Designing demo areas for software, imaging, and device workflows
RSNA demos often fail because the layout does not support the actual demo behavior. A demo is not just a screen. It is a mini environment with sightlines, audio, staff posture, and a way to keep the story consistent.
For software, ensure the screen is visible without forcing attendees into the aisle. Use a set-back position and consider a second confidence monitor so the presenter can face the audience. For imaging and visualization, manage reflections and brightness, and avoid placing critical screens under harsh overhead lighting. For devices, plan for safe handling, reset time, and cleaning protocols.
You also need a plan for different depths. Many teams benefit from a tiered system: a quick loop or “teaser” for passersby, a guided workflow demo for qualified prospects, and a deep technical station for engineers or clinicians.
Layout should reflect this tiering so the booth remains usable even when one station is busy.
- Set demos back from the aisle to prevent crowd spillover and to improve audio clarity.
- Design for 2 to 6 viewers per station depending on demo type, without blocking walkways.
- Use clear “start here” signage so attendees can join without guessing where to stand.
- Create a reset area for devices, collateral, and sanitation supplies to keep the demo polished.

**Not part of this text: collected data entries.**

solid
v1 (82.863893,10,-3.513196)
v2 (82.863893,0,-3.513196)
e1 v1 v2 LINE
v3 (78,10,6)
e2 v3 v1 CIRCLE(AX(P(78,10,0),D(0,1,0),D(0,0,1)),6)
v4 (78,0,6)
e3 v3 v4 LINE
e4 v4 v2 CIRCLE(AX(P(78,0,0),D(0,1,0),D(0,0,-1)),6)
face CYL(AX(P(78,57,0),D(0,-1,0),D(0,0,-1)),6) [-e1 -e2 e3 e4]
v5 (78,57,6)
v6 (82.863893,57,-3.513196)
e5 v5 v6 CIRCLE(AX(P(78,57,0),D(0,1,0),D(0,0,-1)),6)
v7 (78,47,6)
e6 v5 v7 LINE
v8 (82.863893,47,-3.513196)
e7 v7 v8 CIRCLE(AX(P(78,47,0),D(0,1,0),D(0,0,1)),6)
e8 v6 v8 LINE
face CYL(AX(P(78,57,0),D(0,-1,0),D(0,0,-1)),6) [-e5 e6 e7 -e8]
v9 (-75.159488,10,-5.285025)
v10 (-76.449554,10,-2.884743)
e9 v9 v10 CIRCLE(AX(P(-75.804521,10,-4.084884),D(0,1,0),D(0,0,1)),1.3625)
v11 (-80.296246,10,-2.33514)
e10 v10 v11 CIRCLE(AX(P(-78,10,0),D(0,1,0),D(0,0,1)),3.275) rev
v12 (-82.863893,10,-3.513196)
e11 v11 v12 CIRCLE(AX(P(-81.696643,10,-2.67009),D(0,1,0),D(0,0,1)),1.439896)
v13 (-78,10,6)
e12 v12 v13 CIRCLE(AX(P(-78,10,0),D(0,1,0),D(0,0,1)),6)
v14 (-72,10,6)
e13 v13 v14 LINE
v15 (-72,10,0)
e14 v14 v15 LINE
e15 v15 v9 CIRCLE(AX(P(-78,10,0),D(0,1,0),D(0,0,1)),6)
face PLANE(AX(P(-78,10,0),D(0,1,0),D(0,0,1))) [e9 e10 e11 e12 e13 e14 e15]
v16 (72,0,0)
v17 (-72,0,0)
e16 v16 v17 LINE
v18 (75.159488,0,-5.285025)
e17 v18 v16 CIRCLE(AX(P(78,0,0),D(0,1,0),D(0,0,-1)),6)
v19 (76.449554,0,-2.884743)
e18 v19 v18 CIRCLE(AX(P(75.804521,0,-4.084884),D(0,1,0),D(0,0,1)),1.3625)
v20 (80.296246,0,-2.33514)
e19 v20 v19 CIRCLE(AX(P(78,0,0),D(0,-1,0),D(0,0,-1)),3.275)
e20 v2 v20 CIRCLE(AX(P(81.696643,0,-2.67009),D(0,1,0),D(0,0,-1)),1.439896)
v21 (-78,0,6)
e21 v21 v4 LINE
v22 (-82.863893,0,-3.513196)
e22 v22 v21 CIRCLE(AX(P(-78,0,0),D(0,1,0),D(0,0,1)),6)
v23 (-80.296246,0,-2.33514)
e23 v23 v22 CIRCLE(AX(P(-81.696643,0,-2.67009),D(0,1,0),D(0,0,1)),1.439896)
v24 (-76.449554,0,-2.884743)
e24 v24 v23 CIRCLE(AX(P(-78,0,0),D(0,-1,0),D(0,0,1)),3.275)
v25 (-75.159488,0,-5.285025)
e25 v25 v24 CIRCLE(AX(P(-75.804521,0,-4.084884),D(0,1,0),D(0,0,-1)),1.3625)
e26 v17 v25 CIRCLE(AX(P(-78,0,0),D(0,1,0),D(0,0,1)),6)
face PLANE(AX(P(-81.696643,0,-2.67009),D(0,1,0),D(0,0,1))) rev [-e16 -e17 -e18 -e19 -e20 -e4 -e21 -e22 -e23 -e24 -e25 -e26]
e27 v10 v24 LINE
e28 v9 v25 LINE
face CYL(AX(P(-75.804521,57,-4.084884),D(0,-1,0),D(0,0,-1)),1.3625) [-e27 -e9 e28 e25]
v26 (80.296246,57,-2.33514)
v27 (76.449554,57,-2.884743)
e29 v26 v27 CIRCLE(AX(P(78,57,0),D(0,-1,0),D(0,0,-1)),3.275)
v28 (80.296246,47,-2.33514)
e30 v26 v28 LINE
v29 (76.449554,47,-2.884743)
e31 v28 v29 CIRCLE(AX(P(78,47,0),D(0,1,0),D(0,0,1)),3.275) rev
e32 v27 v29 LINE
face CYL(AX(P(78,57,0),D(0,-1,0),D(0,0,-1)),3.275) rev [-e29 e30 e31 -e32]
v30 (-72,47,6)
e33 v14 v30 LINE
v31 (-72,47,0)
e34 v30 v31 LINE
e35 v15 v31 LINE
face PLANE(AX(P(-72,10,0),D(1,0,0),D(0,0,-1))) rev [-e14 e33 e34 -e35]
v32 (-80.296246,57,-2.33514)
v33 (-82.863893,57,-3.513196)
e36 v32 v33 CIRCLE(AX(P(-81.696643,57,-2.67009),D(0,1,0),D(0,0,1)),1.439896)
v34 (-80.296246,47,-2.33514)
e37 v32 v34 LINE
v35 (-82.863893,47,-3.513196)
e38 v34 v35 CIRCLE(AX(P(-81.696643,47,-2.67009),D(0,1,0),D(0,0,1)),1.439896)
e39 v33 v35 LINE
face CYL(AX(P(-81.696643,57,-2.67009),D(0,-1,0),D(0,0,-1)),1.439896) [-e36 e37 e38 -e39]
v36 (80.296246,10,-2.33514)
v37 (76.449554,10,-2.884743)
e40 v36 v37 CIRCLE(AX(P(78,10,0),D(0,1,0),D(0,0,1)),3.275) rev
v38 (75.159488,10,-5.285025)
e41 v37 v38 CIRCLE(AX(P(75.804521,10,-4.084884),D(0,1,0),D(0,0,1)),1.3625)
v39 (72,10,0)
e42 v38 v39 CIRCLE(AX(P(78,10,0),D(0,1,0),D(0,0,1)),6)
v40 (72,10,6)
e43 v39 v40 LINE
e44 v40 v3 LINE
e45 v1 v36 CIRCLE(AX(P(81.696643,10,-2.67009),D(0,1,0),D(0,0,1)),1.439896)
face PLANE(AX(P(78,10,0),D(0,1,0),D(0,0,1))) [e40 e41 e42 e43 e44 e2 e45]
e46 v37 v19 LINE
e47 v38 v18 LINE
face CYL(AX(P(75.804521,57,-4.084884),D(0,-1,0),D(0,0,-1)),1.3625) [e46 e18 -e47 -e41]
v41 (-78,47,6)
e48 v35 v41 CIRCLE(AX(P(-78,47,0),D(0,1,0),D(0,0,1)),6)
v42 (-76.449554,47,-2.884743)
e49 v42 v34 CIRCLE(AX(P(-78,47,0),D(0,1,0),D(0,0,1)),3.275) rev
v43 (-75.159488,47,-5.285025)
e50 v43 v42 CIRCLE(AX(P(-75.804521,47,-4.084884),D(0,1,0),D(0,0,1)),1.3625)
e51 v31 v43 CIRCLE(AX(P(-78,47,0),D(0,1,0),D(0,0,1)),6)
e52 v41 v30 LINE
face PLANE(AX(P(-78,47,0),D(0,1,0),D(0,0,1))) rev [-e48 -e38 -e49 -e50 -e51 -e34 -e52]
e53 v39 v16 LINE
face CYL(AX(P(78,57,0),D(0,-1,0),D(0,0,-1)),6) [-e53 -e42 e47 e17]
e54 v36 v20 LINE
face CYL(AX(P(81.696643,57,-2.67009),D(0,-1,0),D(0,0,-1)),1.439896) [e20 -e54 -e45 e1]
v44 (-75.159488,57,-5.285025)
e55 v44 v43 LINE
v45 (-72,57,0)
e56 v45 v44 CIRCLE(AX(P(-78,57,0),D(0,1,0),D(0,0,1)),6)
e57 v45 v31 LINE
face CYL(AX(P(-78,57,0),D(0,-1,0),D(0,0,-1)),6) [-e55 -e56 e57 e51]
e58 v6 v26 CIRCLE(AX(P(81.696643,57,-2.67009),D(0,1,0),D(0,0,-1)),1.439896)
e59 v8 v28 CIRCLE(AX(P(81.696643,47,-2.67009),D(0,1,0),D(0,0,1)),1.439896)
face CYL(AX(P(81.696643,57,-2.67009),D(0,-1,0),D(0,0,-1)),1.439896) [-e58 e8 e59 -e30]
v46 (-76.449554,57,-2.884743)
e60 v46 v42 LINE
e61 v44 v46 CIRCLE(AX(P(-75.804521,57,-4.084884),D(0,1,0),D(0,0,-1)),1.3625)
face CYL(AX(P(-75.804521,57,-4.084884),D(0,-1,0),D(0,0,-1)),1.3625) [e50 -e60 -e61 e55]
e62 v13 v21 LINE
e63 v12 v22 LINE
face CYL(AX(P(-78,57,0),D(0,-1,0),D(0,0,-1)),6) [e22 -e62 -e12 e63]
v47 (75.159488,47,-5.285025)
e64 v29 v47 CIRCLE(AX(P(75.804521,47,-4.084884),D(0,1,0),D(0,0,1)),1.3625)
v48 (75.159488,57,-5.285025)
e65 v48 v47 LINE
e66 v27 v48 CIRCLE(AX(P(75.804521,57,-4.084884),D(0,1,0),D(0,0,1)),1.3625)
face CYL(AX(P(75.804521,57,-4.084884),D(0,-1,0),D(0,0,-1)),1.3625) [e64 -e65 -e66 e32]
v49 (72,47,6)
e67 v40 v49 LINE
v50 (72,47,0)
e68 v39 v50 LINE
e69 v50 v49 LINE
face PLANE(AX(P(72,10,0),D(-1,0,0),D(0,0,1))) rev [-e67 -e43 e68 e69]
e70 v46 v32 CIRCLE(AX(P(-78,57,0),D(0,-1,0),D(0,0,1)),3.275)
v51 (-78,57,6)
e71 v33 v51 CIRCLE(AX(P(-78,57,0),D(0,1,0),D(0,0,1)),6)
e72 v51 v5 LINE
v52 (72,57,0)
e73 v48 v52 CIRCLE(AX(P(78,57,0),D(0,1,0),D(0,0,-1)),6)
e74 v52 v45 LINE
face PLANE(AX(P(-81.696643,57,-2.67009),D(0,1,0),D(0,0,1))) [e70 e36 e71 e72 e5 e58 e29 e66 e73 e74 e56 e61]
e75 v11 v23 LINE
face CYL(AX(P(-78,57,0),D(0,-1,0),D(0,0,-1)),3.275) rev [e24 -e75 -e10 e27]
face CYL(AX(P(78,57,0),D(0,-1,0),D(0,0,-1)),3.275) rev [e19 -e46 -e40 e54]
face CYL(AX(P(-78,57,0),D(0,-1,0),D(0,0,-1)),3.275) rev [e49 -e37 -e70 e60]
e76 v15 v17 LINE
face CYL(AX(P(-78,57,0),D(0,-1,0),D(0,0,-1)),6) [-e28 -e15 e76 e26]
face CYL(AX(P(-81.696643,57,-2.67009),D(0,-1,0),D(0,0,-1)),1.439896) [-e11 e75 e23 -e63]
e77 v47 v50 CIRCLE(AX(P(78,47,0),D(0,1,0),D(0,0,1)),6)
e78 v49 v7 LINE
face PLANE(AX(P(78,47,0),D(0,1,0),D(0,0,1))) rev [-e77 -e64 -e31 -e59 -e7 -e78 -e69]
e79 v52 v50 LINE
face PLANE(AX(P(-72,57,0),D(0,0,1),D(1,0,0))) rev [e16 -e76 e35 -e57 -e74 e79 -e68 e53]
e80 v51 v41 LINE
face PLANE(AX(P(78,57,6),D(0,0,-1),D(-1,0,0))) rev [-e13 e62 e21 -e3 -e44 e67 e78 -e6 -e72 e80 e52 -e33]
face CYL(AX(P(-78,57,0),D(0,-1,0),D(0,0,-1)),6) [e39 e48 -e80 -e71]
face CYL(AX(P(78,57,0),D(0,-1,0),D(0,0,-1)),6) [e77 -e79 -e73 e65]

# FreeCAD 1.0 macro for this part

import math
import FreeCAD as App
import Part
import Sketcher
from FreeCAD import Vector
Q = App.Units.Quantity

doc = App.newDocument("Part")
body = doc.addObject("PartDesign::Body", "Body")

# Sketch on XZ plane
sketch1 = body.newObject("Sketcher::SketchObject", "Sketch")
sketch1.AttachmentSupport = (doc.getObject("XZ_Plane"), [""])
sketch1.MapMode = "FlatFace"
sketch1.addGeometry([
    Part.LineSegment(Vector(72, 0, 0), Vector(-72, 0, 0)),  # 0
    Part.ArcOfCircle(Part.Circle(Vector(-78, 0, 0), Vector(0, 0, 1), 6), math.radians(-61.743555), math.radians(0)),  # 1
    Part.ArcOfCircle(Part.Circle(Vector(-75.804521, -4.084884, 0), Vector(0, 0, 1), 1.3625), math.radians(118.256445), math.radians(298.256445)),  # 2
    Part.ArcOfCircle(Part.Circle(Vector(-78, 0, 0), Vector(0, 0, 1), 3.275), math.radians(-61.743555), math.radians(225.481148)),  # 3
    Part.ArcOfCircle(Part.Circle(Vector(-81.696643, -2.67009, 0), Vector(0, 0, 1), 1.439896), math.radians(-144.159368), math.radians(13.451429)),  # 4
    Part.ArcOfCircle(Part.Circle(Vector(-78, 0, 0), Vector(0, 0, 1), 6), math.radians(90), math.radians(215.840632)),  # 5
    Part.LineSegment(Vector(-78, 6, 0), Vector(78, 6, 0)),  # 6
    Part.ArcOfCircle(Part.Circle(Vector(78, 0, 0), Vector(0, 0, 1), 6), math.radians(-35.840632), math.radians(90)),  # 7
    Part.ArcOfCircle(Part.Circle(Vector(81.696643, -2.67009, 0), Vector(0, 0, 1), 1.439896), math.radians(166.548571), math.radians(324.159368)),  # 8
    Part.ArcOfCircle(Part.Circle(Vector(78, 0, 0), Vector(0, 0, 1), 3.275), math.radians(-45.481148), math.radians(241.743555)),  # 9
    Part.ArcOfCircle(Part.Circle(Vector(75.804521, -4.084884, 0), Vector(0, 0, 1), 1.3625), math.radians(-118.256445), math.radians(61.743555)),  # 10
    Part.ArcOfCircle(Part.Circle(Vector(78, 0, 0), Vector(0, 0, 1), 6), math.radians(-180), math.radians(-118.256445)),  # 11
], False)
sketch1.addConstraint([
    Sketcher.Constraint("Coincident", 0, 2, 1, 2),
    Sketcher.Constraint("Tangent", 1, 1, 2, 2),
    Sketcher.Constraint("Tangent", 2, 1, 3, 1),
    Sketcher.Constraint("Coincident", 3, 2, 4, 2),
    Sketcher.Constraint("Tangent", 4, 1, 5, 2),
    Sketcher.Constraint("Tangent", 5, 1, 6, 1),
    Sketcher.Constraint("Tangent", 6, 2, 7, 2),
    Sketcher.Constraint("Tangent", 7, 1, 8, 2),
    Sketcher.Constraint("Coincident", 8, 1, 9, 1),
    Sketcher.Constraint("Tangent", 9, 2, 10, 2),
    Sketcher.Constraint("Tangent", 10, 1, 11, 2),
    Sketcher.Constraint("Coincident", 11, 1, 0, 1),
    Sketcher.Constraint("Horizontal", 0),
    Sketcher.Constraint("Horizontal", 6),
    Sketcher.Constraint("Coincident", 3, 3, 1, 3),
    Sketcher.Constraint("Coincident", 5, 3, 1, 3),
    Sketcher.Constraint("Coincident", 9, 3, 7, 3),
    Sketcher.Constraint("Coincident", 11, 3, 7, 3),
    Sketcher.Constraint("Equal", 1, 5),
    Sketcher.Constraint("Equal", 5, 7),
    Sketcher.Constraint("Equal", 4, 8),
    Sketcher.Constraint("Equal", 3, 9),
    Sketcher.Constraint("Equal", 2, 10),
    Sketcher.Constraint("Symmetric", 1, 3, 7, 3, -1, 1),
    Sketcher.Constraint("PointOnObject", 0, 2, -1),
    Sketcher.Constraint("Horizontal", 4, 3, 8, 3),
    Sketcher.Constraint("Horizontal", 2, 3, 10, 3),
    Sketcher.Constraint("Radius", 1, Q("6 mm")),
    Sketcher.Constraint("DistanceX", 0, 2, 0, 1, Q("144 mm")),
    Sketcher.Constraint("Radius", 3, Q("3.275 mm")),
    Sketcher.Constraint("Radius", 4, Q("1.439896 mm")),
    Sketcher.Constraint("DistanceX", 2, 3, -1, 1, Q("75.804521 mm")),
    Sketcher.Constraint("DistanceY", 4, 3, -1, 1, Q("2.67009 mm")),
])
pad1 = body.newObject("PartDesign::Pad", "Pad")
pad1.Profile = sketch1
pad1.Length = 57
pad1.Reversed = True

- Separate quick overviews from deep-dive demos so high-volume traffic does not disrupt technical conversations.
Useful Resources
Frequently Asked Questions
The best layout is the one that supports consistent, high-throughput engagement without blocking traffic. In practice, that usually means a clear aisle-facing message, demos set slightly inside the footprint to prevent crowd spillover, a defined greeter and handoff point, and a dedicated area for deeper conversations. Lead generation improves when the layout makes scanning and qualification feel like a natural step, not an interruption.
Assume surges and design a controlled loop. Provide more than one entry point when possible, keep popular demos off the front edge, and allocate space for queues. Staff should be able to move between storage, demo areas, and meeting zones without cutting through attendees. If people can enter, engage, and exit smoothly, you will keep the booth approachable throughout the day.
Yes, but it requires discipline. Focus on one primary interaction, typically one guided demo station or a clear conversation counter with a monitor. Keep messaging tight, avoid bulky furniture, and plan a fast lead capture process. If you need longer meetings, route them to a scheduled space outside the booth or plan a nearby hospitality option.
A hybrid approach is often a strong fit for RSNA. Modular rental components can provide speed and predictable cost, while custom elements deliver the brand and demo experience that drives engagement. The key is planning the hybrid as a single system so zoning, traffic flow, and storytelling remain cohesive and reusable across multiple shows.
Validate with scenarios: peak traffic, demo queues, staff handoffs, and meeting privacy. Confirm sightlines from the aisle and ensure the layout supports your measurement plan for qualified leads and meetings. A strategy-led partner should be able to iterate on layouts quickly, document assumptions, and show how the plan supports throughput and conversation quality.